# Attention People with 721's who aim only at 119



## Scott Greczkowski (Mar 21, 2002)

Are you a 721 owner who only points to the 119 satellite? If so this thread is for you.

A number of users have posted that with this type of setup they must reboot their 721 every 48 hours to download the program guide.

Tests by Echostar to try to reproduce the problem have been unsuccessful.

So you can help out big time by answering the following questions

1) What kind of LNB is used on your Dish?

2) What kind of switch do you have?

3) Are you pointed to any other location such as 61.5 or 148?

4) Does the guide display "no information" for many things which is corrected by the reboot?

5) Do you have any programming information before you need to reboot?

Please describe your satellite setup as specific as you can, let us know how many receivers you have hooked up to your Dish etc.

Thanks for your help!


----------



## marshalk (Jun 9, 2002)

I have a "Dish 300" with dual LNB. I do not have a switch but go direct from the two LNB outs to the two inputs on the 721. I only point to 119 and no other locations. The guide displays "no information" for everything (except the current time slot of some but not all of the next time slot) once it goes past the 2.5 days worth that is downloaded. The only programming information is for the current time slot and sometimes the next time slot. Mine is a simple setup, just the one receiver. The 721 seems to work fine otherwise, given the other bugs and issues common to the 721 that are noted here on dbstalk. After a reboot (holding the power button down for several seconds) the 721 gets the new guide information (not the EPG, just the 2.5 day guide) which displays correctly. 

I am so happy to see some interest in this question. Thanks!!!


----------



## Jerry Abbanat (Nov 26, 2002)

When I move my 721 to my RV to use on trips I have the usual RV setup with a DSS Weingard 18" with a single LNB. I use only one input into the 721. It works fine except you, of course, cannot record and watch live at the same time. I also must reboot every couple of days to get the guide


----------



## JimW396 (Oct 20, 2002)

I have a 6' Channel Master dish with dual lnb. No switch. Both lines go directly to my 721. I am not pointing at any other satellite. Once the guide goes past the 44 hours I receive only the current program info and maybe the next scheduled program. Once I do a reset I get the updated 44 hour guide with all info included.
Since the 1.11 sw upgrade I receive pixelation and sound drop out continuously. I don't call tech support because I don't feel like going through the card pull, reset, unplug, etc. that I have already done. Hopefully when 1.12 comes out it will be fixed.

Jim Wilkinson


----------



## Scott Greczkowski (Mar 21, 2002)

Jim are you using a single Dish Network LNB?
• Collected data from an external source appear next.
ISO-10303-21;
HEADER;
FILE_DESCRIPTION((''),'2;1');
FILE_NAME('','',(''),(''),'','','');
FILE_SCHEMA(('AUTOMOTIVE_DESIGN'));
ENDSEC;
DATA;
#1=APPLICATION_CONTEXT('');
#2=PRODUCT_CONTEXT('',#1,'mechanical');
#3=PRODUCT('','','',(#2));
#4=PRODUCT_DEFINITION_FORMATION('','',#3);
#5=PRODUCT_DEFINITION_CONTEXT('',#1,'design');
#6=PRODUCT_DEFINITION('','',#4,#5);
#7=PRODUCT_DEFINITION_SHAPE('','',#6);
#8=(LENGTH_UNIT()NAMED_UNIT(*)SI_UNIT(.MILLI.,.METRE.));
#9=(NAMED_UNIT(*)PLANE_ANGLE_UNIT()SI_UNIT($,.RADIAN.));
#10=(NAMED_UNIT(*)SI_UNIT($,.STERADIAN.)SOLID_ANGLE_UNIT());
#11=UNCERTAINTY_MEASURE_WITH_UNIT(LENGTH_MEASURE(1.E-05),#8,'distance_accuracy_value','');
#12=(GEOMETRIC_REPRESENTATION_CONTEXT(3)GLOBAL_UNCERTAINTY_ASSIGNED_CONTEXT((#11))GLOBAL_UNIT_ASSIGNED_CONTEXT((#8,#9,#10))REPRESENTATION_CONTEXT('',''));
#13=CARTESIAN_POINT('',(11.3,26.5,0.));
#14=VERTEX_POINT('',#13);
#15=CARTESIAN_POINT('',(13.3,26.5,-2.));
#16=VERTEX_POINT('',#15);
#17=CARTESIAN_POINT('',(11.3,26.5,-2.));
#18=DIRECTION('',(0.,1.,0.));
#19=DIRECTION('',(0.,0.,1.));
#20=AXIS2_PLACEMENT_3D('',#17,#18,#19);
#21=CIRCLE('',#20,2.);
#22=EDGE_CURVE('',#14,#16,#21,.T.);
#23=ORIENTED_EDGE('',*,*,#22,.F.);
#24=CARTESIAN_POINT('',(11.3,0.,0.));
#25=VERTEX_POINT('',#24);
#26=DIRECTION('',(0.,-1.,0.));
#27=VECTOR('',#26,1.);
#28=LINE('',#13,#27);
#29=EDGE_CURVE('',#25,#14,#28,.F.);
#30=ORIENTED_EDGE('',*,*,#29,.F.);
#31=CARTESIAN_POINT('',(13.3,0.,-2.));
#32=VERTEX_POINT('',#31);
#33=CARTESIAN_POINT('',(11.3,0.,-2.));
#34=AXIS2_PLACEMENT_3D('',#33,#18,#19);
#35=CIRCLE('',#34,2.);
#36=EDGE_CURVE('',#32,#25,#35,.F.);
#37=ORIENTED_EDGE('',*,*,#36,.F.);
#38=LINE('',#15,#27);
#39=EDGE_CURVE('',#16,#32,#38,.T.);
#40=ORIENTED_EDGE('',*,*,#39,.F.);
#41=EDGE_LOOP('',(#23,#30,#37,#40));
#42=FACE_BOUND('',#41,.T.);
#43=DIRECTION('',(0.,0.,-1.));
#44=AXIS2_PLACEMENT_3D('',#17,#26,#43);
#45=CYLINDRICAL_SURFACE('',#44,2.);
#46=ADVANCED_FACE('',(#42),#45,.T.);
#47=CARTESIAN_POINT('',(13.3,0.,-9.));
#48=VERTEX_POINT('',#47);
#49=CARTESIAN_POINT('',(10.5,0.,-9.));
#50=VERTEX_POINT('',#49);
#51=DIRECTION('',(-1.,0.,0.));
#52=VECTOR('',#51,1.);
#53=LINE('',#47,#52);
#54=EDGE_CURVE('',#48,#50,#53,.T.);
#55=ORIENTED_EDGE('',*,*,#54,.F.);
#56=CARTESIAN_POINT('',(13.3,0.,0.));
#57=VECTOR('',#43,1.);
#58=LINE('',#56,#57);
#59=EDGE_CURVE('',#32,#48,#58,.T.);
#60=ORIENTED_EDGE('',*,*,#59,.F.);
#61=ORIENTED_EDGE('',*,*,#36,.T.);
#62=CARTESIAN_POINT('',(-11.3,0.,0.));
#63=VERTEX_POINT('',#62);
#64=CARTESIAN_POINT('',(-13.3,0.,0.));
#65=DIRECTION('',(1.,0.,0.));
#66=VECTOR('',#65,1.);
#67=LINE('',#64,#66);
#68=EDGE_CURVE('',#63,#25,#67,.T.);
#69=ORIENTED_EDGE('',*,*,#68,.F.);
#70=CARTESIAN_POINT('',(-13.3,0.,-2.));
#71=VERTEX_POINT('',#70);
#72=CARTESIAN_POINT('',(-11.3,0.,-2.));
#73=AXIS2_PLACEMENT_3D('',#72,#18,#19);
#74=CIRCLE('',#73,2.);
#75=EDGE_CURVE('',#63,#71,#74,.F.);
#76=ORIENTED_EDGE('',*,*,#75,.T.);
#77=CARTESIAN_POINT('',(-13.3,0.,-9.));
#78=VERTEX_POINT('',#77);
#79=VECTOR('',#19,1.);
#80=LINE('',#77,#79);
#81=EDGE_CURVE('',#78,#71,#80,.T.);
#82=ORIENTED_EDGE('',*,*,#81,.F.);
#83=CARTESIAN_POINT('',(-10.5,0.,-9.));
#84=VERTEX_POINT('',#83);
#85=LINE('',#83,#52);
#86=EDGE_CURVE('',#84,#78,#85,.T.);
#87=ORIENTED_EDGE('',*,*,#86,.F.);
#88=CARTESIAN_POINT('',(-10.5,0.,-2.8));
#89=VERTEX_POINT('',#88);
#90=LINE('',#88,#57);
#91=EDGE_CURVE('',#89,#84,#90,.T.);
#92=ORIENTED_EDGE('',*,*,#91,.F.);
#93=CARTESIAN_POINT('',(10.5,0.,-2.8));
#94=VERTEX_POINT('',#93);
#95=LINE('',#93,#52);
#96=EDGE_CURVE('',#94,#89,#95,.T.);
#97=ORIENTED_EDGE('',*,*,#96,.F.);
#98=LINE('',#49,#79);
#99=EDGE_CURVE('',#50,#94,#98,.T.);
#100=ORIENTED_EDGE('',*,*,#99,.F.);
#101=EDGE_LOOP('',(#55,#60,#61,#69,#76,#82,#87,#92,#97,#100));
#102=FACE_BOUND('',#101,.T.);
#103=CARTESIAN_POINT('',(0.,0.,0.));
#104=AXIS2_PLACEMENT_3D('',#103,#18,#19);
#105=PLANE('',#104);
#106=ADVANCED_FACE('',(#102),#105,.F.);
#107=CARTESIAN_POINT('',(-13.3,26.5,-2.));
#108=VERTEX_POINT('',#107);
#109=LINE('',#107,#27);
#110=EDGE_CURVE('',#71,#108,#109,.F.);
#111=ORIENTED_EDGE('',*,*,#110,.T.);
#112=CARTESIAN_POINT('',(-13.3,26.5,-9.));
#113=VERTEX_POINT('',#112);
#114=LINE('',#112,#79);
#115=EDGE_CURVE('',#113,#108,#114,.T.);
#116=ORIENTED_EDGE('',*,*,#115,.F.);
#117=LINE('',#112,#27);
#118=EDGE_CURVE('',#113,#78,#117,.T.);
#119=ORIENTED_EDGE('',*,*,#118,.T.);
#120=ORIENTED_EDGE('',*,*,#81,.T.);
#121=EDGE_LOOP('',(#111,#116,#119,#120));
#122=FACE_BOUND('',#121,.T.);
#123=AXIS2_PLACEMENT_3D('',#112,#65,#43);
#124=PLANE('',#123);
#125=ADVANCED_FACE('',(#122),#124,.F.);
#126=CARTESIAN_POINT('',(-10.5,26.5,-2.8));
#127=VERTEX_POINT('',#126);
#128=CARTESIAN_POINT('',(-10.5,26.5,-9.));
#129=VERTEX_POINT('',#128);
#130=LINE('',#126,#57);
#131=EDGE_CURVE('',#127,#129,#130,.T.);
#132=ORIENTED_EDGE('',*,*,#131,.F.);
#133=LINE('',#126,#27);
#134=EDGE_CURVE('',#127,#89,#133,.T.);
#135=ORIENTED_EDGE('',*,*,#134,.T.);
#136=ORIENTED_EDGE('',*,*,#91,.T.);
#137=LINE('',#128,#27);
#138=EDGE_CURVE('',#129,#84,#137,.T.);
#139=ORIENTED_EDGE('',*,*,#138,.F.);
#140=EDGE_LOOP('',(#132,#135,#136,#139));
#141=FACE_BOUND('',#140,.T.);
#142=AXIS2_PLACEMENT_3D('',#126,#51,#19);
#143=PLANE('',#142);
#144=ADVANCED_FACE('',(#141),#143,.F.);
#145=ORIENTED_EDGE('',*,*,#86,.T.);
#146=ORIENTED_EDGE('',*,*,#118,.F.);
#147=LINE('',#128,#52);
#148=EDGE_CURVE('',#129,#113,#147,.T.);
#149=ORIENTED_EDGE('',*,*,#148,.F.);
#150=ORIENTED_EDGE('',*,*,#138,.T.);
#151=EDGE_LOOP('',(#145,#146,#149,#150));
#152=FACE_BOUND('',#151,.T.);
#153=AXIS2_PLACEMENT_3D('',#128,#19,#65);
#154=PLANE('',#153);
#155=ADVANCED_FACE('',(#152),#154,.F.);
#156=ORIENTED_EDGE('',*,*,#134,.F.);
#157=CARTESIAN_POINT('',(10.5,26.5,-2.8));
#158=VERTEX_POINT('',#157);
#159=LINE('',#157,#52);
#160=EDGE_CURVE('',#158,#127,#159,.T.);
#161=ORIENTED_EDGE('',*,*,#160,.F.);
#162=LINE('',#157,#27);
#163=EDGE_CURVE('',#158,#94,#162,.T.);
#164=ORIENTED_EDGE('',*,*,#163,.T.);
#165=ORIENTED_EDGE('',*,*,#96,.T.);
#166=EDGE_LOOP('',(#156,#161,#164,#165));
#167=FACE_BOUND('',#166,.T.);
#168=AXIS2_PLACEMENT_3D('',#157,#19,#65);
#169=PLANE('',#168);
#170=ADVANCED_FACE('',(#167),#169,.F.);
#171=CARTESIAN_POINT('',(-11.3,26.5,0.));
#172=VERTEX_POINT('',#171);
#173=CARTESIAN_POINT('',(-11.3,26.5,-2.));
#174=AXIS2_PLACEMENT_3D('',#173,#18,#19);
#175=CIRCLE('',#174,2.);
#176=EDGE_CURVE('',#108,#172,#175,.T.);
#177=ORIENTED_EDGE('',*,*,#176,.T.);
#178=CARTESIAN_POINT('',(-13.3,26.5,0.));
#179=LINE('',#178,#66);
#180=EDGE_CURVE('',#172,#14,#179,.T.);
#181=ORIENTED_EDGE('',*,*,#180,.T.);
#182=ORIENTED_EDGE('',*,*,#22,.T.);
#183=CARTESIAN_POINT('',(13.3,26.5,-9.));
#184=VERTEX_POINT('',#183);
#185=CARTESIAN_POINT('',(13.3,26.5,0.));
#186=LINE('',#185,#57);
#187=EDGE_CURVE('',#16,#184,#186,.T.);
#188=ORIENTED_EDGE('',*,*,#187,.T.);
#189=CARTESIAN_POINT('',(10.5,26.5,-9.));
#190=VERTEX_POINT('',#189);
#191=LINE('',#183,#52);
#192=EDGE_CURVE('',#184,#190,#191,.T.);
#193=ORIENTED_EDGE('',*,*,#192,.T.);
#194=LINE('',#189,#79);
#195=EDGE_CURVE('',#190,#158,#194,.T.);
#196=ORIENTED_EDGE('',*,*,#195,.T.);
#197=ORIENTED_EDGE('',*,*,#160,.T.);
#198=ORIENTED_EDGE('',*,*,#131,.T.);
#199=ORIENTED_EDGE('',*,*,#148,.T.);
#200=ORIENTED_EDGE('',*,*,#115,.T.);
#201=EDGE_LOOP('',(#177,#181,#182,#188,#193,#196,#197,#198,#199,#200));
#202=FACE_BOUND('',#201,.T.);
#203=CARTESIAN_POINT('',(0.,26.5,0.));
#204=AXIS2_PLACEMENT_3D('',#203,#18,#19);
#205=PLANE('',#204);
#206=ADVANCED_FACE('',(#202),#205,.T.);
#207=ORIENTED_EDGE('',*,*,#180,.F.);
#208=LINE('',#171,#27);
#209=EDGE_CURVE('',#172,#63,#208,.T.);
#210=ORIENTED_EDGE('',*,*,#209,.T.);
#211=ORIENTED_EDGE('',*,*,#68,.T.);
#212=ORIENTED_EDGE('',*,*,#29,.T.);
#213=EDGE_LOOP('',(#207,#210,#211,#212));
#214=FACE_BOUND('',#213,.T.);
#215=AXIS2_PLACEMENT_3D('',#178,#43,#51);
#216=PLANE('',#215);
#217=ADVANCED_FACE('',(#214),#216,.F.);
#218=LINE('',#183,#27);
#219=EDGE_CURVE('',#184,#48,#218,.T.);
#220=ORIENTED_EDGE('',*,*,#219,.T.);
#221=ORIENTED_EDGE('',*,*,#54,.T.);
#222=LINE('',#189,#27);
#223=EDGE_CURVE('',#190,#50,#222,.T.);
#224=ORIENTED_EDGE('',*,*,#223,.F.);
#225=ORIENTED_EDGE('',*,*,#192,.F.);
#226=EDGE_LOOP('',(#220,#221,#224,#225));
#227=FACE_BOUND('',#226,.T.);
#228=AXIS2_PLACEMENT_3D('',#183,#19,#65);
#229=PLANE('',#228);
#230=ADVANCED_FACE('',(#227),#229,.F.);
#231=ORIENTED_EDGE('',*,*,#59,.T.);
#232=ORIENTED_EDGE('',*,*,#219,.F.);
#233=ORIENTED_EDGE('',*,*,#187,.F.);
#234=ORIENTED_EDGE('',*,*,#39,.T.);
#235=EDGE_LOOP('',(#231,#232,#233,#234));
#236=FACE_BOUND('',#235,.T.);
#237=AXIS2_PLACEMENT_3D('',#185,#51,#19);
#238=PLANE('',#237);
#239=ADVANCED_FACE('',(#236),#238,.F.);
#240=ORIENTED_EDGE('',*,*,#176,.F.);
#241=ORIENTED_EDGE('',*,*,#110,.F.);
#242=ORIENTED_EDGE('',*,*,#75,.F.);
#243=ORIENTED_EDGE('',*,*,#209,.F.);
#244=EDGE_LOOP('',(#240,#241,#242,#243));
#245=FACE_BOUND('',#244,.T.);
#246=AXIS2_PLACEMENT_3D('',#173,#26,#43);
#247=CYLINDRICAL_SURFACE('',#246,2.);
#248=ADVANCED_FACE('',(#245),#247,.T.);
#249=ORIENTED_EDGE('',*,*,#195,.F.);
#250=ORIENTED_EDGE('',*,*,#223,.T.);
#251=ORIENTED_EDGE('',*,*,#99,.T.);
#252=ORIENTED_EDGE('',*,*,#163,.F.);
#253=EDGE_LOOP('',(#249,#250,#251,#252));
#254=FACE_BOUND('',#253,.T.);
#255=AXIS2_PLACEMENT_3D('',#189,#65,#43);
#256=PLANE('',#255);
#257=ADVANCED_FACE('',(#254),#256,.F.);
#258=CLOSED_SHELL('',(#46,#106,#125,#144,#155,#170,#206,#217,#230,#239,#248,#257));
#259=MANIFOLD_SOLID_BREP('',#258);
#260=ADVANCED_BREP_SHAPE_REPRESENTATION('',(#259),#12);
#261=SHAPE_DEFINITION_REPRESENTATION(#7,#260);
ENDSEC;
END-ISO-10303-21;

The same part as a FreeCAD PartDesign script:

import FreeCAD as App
import Part
import Sketcher

V = App.Vector


def edges_at(feature, points):
    """Names of the edges that pass closest to the given points."""
    edges = feature.Shape.Edges
    near = lambda p: min(range(len(edges)), key=lambda i: edges[i].distToShape(Part.Vertex(*p))[0])
    return sorted({f"Edge{near(p) + 1}" for p in points})


def add_polygon(sketch, points):
    """Adds a closed chain of lines whose ends are joined by coincident constraints."""
    first, n = sketch.GeometryCount, len(points)
    for a, b in zip(points, points[1:] + points[:1]):
        sketch.addGeometry(Part.LineSegment(App.Vector(*a, 0), App.Vector(*b, 0)), False)
    for i in range(n):
        sketch.addConstraint(Sketcher.Constraint("Coincident", first + i, 2, first + (i + 1) % n, 1))

doc = App.newDocument("Part")
body = doc.addObject("PartDesign::Body", "Body")

sketch1 = doc.addObject("Sketcher::SketchObject", "Sketch")
body.addObject(sketch1)
sketch1.AttachmentSupport = (doc.XZ_Plane, [""])
sketch1.MapMode = "FlatFace"
add_polygon(sketch1, [(-13.3, 0), (13.3, 0), (13.3, -9), (10.5, -9), (10.5, -2.8), (-10.5, -2.8), (-10.5, -9), (-13.3, -9)])
sketch1.addConstraint([
    Sketcher.Constraint("Horizontal", 0),
    Sketcher.Constraint("Vertical", 1),
    Sketcher.Constraint("Horizontal", 2),
    Sketcher.Constraint("Vertical", 3),
    Sketcher.Constraint("Horizontal", 4),
    Sketcher.Constraint("Vertical", 5),
    Sketcher.Constraint("Horizontal", 6),
    Sketcher.Constraint("Vertical", 7),
    Sketcher.Constraint("Symmetric", 0, 2, 7, 2, -1, 1),
    Sketcher.Constraint("Symmetric", 2, 2, 5, 2, -2),
    Sketcher.Constraint("DistanceX", 4, 2, 4, 1, 21.0),
    Sketcher.Constraint("DistanceY", 1, 2, 1, 1, 9.0),
    Sketcher.Constraint("DistanceX", 0, 1, 0, 2, 26.6),
    Sketcher.Constraint("DistanceY", 3, 1, 3, 2, 6.2),
])
pad1 = doc.addObject("PartDesign::Pad", "Pad")
body.addObject(pad1)
pad1.Profile = sketch1
pad1.Length = 26.5
pad1.Reversed = True
doc.recompute()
Thanks for all your feedback guys I want to make sure this gets fixed for you!


----------



## JimW396 (Oct 20, 2002)

Yes Scott. Sorry about listing it as a dual. Single lnb with two lines out of it.

Jim


----------



## marshalk (Jun 9, 2002)

Just to clearify, my dish has one LNB that has two outputs to attach coax to. I thought this was called a dual LNB but perhaps that is reserved for the two headed LNB that potentially has four places to attach coax.


----------



## scooper (Apr 22, 2002)

Marshalk - what you have IS a Dual LNB. JimW396 is confused - his is ALSO a Dual LNB.
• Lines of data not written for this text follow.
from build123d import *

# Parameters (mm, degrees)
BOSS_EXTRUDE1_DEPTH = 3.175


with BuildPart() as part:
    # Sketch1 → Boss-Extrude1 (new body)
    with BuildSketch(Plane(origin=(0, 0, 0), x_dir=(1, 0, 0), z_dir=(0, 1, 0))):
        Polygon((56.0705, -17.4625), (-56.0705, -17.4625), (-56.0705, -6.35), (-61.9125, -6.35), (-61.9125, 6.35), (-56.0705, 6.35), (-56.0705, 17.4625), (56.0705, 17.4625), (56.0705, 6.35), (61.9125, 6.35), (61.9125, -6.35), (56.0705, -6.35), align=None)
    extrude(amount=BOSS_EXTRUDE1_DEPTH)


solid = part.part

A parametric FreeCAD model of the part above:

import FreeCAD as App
import Part
import Sketcher
from FreeCAD import Vector
Q = App.Units.Quantity

doc = App.newDocument("Part")
params = doc.addObject("Spreadsheet::Sheet", "Params")
for row, (alias, value) in enumerate([
    ("sketch1_height", "0.5 in"),
    ("sketch1_width", "0.23 in"),
    ("sketch1_width2", "4.415 in"),
    ("sketch1_height2", "0.4375 in"),
    ("pad1_length", "0.125 in"),
], start=1):
    params.set(f"A{row}", alias)
    params.set(f"B{row}", "=" + value)
    params.setAlias(f"B{row}", alias)

body = doc.addObject("PartDesign::Body", "Body")

# Sketch on XZ plane
sketch1 = body.newObject("Sketcher::SketchObject", "Sketch")
sketch1.AttachmentSupport = (doc.getObject("XZ_Plane"), [""])
sketch1.MapMode = "FlatFace"
sketch1.addGeometry(Part.LineSegment(Vector(-56.0705, 17.4625, 0), Vector(56.0705, 17.4625, 0)), False)
sketch1.addGeometry(Part.LineSegment(Vector(56.0705, 17.4625, 0), Vector(56.0705, 6.35, 0)), False)
sketch1.addGeometry(Part.LineSegment(Vector(56.0705, 6.35, 0), Vector(61.9125, 6.35, 0)), False)
sketch1.addGeometry(Part.LineSegment(Vector(61.9125, 6.35, 0), Vector(61.9125, -6.35, 0)), False)
sketch1.addGeometry(Part.LineSegment(Vector(61.9125, -6.35, 0), Vector(56.0705, -6.35, 0)), False)
sketch1.addGeometry(Part.LineSegment(Vector(56.0705, -6.35, 0), Vector(56.0705, -17.4625, 0)), False)
sketch1.addGeometry(Part.LineSegment(Vector(56.0705, -17.4625, 0), Vector(-56.0705, -17.4625, 0)), False)
sketch1.addGeometry(Part.LineSegment(Vector(-56.0705, -17.4625, 0), Vector(-56.0705, -6.35, 0)), False)
sketch1.addGeometry(Part.LineSegment(Vector(-56.0705, -6.35, 0), Vector(-61.9125, -6.35, 0)), False)
sketch1.addGeometry(Part.LineSegment(Vector(-61.9125, -6.35, 0), Vector(-61.9125, 6.35, 0)), False)
sketch1.addGeometry(Part.LineSegment(Vector(-61.9125, 6.35, 0), Vector(-56.0705, 6.35, 0)), False)
sketch1.addGeometry(Part.LineSegment(Vector(-56.0705, 6.35, 0), Vector(-56.0705, 17.4625, 0)), False)
sketch1.addConstraint(Sketcher.Constraint("Coincident", 0, 2, 1, 1))
sketch1.addConstraint(Sketcher.Constraint("Coincident", 1, 2, 2, 1))
sketch1.addConstraint(Sketcher.Constraint("Coincident", 2, 2, 3, 1))
sketch1.addConstraint(Sketcher.Constraint("Coincident", 3, 2, 4, 1))
sketch1.addConstraint(Sketcher.Constraint("Coincident", 4, 2, 5, 1))
sketch1.addConstraint(Sketcher.Constraint("Coincident", 5, 2, 6, 1))
sketch1.addConstraint(Sketcher.Constraint("Coincident", 6, 2, 7, 1))
sketch1.addConstraint(Sketcher.Constraint("Coincident", 7, 2, 8, 1))
sketch1.addConstraint(Sketcher.Constraint("Coincident", 8, 2, 9, 1))
sketch1.addConstraint(Sketcher.Constraint("Coincident", 9, 2, 10, 1))
sketch1.addConstraint(Sketcher.Constraint("Coincident", 10, 2, 11, 1))
sketch1.addConstraint(Sketcher.Constraint("Coincident", 11, 2, 0, 1))
sketch1.addConstraint(Sketcher.Constraint("Horizontal", 0))
sketch1.addConstraint(Sketcher.Constraint("Vertical", 1))
sketch1.addConstraint(Sketcher.Constraint("Horizontal", 2))
sketch1.addConstraint(Sketcher.Constraint("Vertical", 3))
sketch1.addConstraint(Sketcher.Constraint("Horizontal", 4))
sketch1.addConstraint(Sketcher.Constraint("Vertical", 5))
sketch1.addConstraint(Sketcher.Constraint("Horizontal", 6))
sketch1.addConstraint(Sketcher.Constraint("Vertical", 7))
sketch1.addConstraint(Sketcher.Constraint("Horizontal", 8))
sketch1.addConstraint(Sketcher.Constraint("Vertical", 9))
sketch1.addConstraint(Sketcher.Constraint("Horizontal", 10))
sketch1.addConstraint(Sketcher.Constraint("Vertical", 11))
sketch1.addConstraint(Sketcher.Constraint("Symmetric", 0, 2, 6, 2, -1, 1))
sketch1.addConstraint(Sketcher.Constraint("Symmetric", 2, 2, 8, 2, -1, 1))
sketch1.addConstraint(Sketcher.Constraint("Symmetric", 4, 2, 10, 2, -1, 1))
sketch1.addConstraint(Sketcher.Constraint("Symmetric", 4, 2, 7, 2, -2))
sketch1.addConstraint(Sketcher.Constraint("DistanceY", 3, 2, 3, 1, Q("0.5 in")))
sketch1.addConstraint(Sketcher.Constraint("DistanceX", 2, 1, 2, 2, Q("0.23 in")))
sketch1.addConstraint(Sketcher.Constraint("DistanceX", 0, 1, 0, 2, Q("4.415 in")))
sketch1.addConstraint(Sketcher.Constraint("DistanceY", 1, 2, 1, 1, Q("0.4375 in")))
sketch1.setExpression("Constraints[28]", "Params.sketch1_height")
sketch1.setExpression("Constraints[29]", "Params.sketch1_width")
sketch1.setExpression("Constraints[30]", "Params.sketch1_width2")
sketch1.setExpression("Constraints[31]", "Params.sketch1_height2")
pad1 = body.newObject("PartDesign::Pad", "Pad")
pad1.Profile = sketch1
pad1.setExpression("Length", "Params.pad1_length")
pad1.Reversed = True

doc.recompute()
2 Dual LNB's on a Dish500 dish is just that - 2 Dual LNB's

A TWIN LNB is about the same assembled width as 2 Dual LNB's, but it has only 2 outputs. A Quad is the same as the TWIN, except it has 4 outputs.


----------



## JimW396 (Oct 20, 2002)

Scooper, thanks for clearing that up for me. I THOUGHT what I had was called a "dual" lnb but when Scott questioned me I really thought about it and wasn't sure.
Thanks


----------



## Ken Seeber (Oct 23, 2002)

I've had a 721 since last September. It's a Dish 500 Pro system with a quad LNB. Besides the 721, I have two 301s connected to the LNB. This is a single-dish system and I can only hit the 110 satellite when all the leaves are off the tree next door. On the 119 I consistently get a signal strength of 95 or 96, no matter what time of the year it is. 

I do have to reboot to get the guide to download. When I do, I get two days worth. I can't scroll past the end, but when the end actually arrives, I get the listing for what's on and what's coming up next on any given channel. everything beyond that is "No Information" across the board. A reboot solves it every time. 

This is the second 721 I've had. The hard drive on the first one died about a month ago. This is an RMA. Both receivers had this problem. 

There are no switches or splices in the lines and it was a brand-new install with new Belden RG-6 cable. The receiver is not connected to a phone line.


----------



## Jacob S (Apr 14, 2002)

Some have gotten dual lnbf's confused with twins, they call the twins dual when the single orbital slot dishes (dish 300's) used to be called dual lnbf's when it was one lnbf with two outputs to go to two receivers. Now it seems that they call duals a twin and describe the number of lnbf's, not the number of outputs.


----------



## greylar (Oct 31, 2002)

Hello Scott, 
I have the exact same problem as marshal and i have the same set up as him. (dish 300 with dual lnb, no other receivers). The problems are as he described. The guide downloads only on a reboot. But there is apparently a change since the last update.

Before when you went off the end of the guide you would get the name of the show currently playing on every channel but 'no information available' for everything after that. But, now when the 2 day guide runs out i don't get any information for the current channels either.

[rant] 
BTW I finally got pissed enough to pony up the $75, (which i can't afford at the the moment) , to have the Dish 500 installed. Everything seems to work correctly now. If i had the choice I would tell Dish to go #^@* themselves and buy a DTV & Tivo. 
[/rant] 
Greylar


----------